BEGIN Given records

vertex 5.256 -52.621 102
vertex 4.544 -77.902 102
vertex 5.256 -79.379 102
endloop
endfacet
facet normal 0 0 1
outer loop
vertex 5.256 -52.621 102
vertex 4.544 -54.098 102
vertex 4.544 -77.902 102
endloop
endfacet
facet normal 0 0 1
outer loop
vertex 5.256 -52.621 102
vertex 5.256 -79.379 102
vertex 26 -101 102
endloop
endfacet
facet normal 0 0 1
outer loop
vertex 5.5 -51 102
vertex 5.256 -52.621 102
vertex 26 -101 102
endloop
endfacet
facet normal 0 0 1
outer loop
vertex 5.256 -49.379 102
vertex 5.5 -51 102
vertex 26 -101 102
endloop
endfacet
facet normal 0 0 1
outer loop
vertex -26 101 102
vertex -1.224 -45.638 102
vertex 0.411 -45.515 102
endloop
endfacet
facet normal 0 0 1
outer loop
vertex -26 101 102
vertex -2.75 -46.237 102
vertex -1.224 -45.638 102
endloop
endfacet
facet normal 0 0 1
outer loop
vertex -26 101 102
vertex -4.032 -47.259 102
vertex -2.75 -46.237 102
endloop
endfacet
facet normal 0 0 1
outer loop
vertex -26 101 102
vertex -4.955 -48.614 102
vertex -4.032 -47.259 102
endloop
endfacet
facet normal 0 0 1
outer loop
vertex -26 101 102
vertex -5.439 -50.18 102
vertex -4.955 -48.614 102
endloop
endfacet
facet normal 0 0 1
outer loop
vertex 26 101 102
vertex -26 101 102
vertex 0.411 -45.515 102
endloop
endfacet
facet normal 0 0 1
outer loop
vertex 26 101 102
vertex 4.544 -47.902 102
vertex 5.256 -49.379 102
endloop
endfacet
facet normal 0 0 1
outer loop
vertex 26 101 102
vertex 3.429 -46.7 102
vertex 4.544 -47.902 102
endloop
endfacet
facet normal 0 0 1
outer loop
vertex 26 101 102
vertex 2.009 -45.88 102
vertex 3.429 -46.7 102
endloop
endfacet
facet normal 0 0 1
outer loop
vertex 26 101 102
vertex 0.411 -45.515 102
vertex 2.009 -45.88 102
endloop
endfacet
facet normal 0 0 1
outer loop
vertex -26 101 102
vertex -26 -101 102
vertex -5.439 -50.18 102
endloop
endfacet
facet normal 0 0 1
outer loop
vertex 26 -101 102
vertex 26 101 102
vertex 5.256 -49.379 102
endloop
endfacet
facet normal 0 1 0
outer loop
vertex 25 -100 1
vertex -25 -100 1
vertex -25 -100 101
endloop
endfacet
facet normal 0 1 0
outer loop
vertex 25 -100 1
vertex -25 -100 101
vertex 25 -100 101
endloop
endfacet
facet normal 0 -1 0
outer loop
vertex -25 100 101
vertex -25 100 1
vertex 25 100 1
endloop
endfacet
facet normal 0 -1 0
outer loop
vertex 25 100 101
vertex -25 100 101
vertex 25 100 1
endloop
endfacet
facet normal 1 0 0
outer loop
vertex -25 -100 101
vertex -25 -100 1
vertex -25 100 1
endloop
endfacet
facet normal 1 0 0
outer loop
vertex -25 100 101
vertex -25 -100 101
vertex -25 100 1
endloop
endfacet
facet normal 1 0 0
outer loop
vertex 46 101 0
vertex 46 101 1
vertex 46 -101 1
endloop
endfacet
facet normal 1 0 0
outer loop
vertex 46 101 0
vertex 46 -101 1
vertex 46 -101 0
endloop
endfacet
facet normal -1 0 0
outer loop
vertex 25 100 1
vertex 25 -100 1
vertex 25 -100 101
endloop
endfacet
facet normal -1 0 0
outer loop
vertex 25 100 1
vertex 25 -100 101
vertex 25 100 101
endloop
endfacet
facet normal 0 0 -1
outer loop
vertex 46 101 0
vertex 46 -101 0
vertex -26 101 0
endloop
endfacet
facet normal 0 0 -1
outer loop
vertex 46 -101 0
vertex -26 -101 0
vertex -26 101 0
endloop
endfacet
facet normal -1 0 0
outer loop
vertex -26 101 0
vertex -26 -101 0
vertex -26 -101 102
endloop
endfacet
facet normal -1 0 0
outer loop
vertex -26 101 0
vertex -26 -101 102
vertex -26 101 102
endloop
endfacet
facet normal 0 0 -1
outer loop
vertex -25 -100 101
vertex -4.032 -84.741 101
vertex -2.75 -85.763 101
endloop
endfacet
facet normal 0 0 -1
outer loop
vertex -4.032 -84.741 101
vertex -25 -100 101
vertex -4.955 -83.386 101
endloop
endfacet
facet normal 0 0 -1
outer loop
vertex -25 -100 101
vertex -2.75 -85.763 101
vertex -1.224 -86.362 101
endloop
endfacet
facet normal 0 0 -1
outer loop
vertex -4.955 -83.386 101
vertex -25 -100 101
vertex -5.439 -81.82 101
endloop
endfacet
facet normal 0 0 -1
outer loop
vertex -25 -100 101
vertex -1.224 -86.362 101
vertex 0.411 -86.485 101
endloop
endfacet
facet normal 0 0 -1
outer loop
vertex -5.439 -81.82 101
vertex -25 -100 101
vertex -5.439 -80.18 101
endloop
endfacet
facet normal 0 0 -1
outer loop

END Given records

Work instruction =
Go through the data and copy each line exactly as it was written.

Output of the exercise =
vertex 5.256 -52.621 102
vertex 4.544 -77.902 102
vertex 5.256 -79.379 102
endloop
endfacet
facet normal 0 0 1
outer loop
vertex 5.256 -52.621 102
vertex 4.544 -54.098 102
vertex 4.544 -77.902 102
endloop
endfacet
facet normal 0 0 1
outer loop
vertex 5.256 -52.621 102
vertex 5.256 -79.379 102
vertex 26 -101 102
endloop
endfacet
facet normal 0 0 1
outer loop
vertex 5.5 -51 102
vertex 5.256 -52.621 102
vertex 26 -101 102
endloop
endfacet
facet normal 0 0 1
outer loop
vertex 5.256 -49.379 102
vertex 5.5 -51 102
vertex 26 -101 102
endloop
endfacet
facet normal 0 0 1
outer loop
vertex -26 101 102
vertex -1.224 -45.638 102
vertex 0.411 -45.515 102
endloop
endfacet
facet normal 0 0 1
outer loop
vertex -26 101 102
vertex -2.75 -46.237 102
vertex -1.224 -45.638 102
endloop
endfacet
facet normal 0 0 1
outer loop
vertex -26 101 102
vertex -4.032 -47.259 102
vertex -2.75 -46.237 102
endloop
endfacet
facet normal 0 0 1
outer loop
vertex -26 101 102
vertex -4.955 -48.614 102
vertex -4.032 -47.259 102
endloop
endfacet
facet normal 0 0 1
outer loop
vertex -26 101 102
vertex -5.439 -50.18 102
vertex -4.955 -48.614 102
endloop
endfacet
facet normal 0 0 1
outer loop
vertex 26 101 102
vertex -26 101 102
vertex 0.411 -45.515 102
endloop
endfacet
facet normal 0 0 1
outer loop
vertex 26 101 102
vertex 4.544 -47.902 102
vertex 5.256 -49.379 102
endloop
endfacet
facet normal 0 0 1
outer loop
vertex 26 101 102
vertex 3.429 -46.7 102
vertex 4.544 -47.902 102
endloop
endfacet
facet normal 0 0 1
outer loop
vertex 26 101 102
vertex 2.009 -45.88 102
vertex 3.429 -46.7 102
endloop
endfacet
facet normal 0 0 1
outer loop
vertex 26 101 102
vertex 0.411 -45.515 102
vertex 2.009 -45.88 102
endloop
endfacet
facet normal 0 0 1
outer loop
vertex -26 101 102
vertex -26 -101 102
vertex -5.439 -50.18 102
endloop
endfacet
facet normal 0 0 1
outer loop
vertex 26 -101 102
vertex 26 101 102
vertex 5.256 -49.379 102
endloop
endfacet
facet normal 0 1 0
outer loop
vertex 25 -100 1
vertex -25 -100 1
vertex -25 -100 101
endloop
endfacet
facet normal 0 1 0
outer loop
vertex 25 -100 1
vertex -25 -100 101
vertex 25 -100 101
endloop
endfacet
facet normal 0 -1 0
outer loop
vertex -25 100 101
vertex -25 100 1
vertex 25 100 1
endloop
endfacet
facet normal 0 -1 0
outer loop
vertex 25 100 101
vertex -25 100 101
vertex 25 100 1
endloop
endfacet
facet normal 1 0 0
outer loop
vertex -25 -100 101
vertex -25 -100 1
vertex -25 100 1
endloop
endfacet
facet normal 1 0 0
outer loop
vertex -25 100 101
vertex -25 -100 101
vertex -25 100 1
endloop
endfacet
facet normal 1 0 0
outer loop
vertex 46 101 0
vertex 46 101 1
vertex 46 -101 1
endloop
endfacet
facet normal 1 0 0
outer loop
vertex 46 101 0
vertex 46 -101 1
vertex 46 -101 0
endloop
endfacet
facet normal -1 0 0
outer loop
vertex 25 100 1
vertex 25 -100 1
vertex 25 -100 101
endloop
endfacet
facet normal -1 0 0
outer loop
vertex 25 100 1
vertex 25 -100 101
vertex 25 100 101
endloop
endfacet
facet normal 0 0 -1
outer loop
vertex 46 101 0
vertex 46 -101 0
vertex -26 101 0
endloop
endfacet
facet normal 0 0 -1
outer loop
vertex 46 -101 0
vertex -26 -101 0
vertex -26 101 0
endloop
endfacet
facet normal -1 0 0
outer loop
vertex -26 101 0
vertex -26 -101 0
vertex -26 -101 102
endloop
endfacet
facet normal -1 0 0
outer loop
vertex -26 101 0
vertex -26 -101 102
vertex -26 101 102
endloop
endfacet
facet normal 0 0 -1
outer loop
vertex -25 -100 101
vertex -4.032 -84.741 101
vertex -2.75 -85.763 101
endloop
endfacet
facet normal 0 0 -1
outer loop
vertex -4.032 -84.741 101
vertex -25 -100 101
vertex -4.955 -83.386 101
endloop
endfacet
facet normal 0 0 -1
outer loop
vertex -25 -100 101
vertex -2.75 -85.763 101
vertex -1.224 -86.362 101
endloop
endfacet
facet normal 0 0 -1
outer loop
vertex -4.955 -83.386 101
vertex -25 -100 101
vertex -5.439 -81.82 101
endloop
endfacet
facet normal 0 0 -1
outer loop
vertex -25 -100 101
vertex -1.224 -86.362 101
vertex 0.411 -86.485 101
endloop
endfacet
facet normal 0 0 -1
outer loop
vertex -5.439 -81.82 101
vertex -25 -100 101
vertex -5.439 -80.18 101
endloop
endfacet
facet normal 0 0 -1
outer loop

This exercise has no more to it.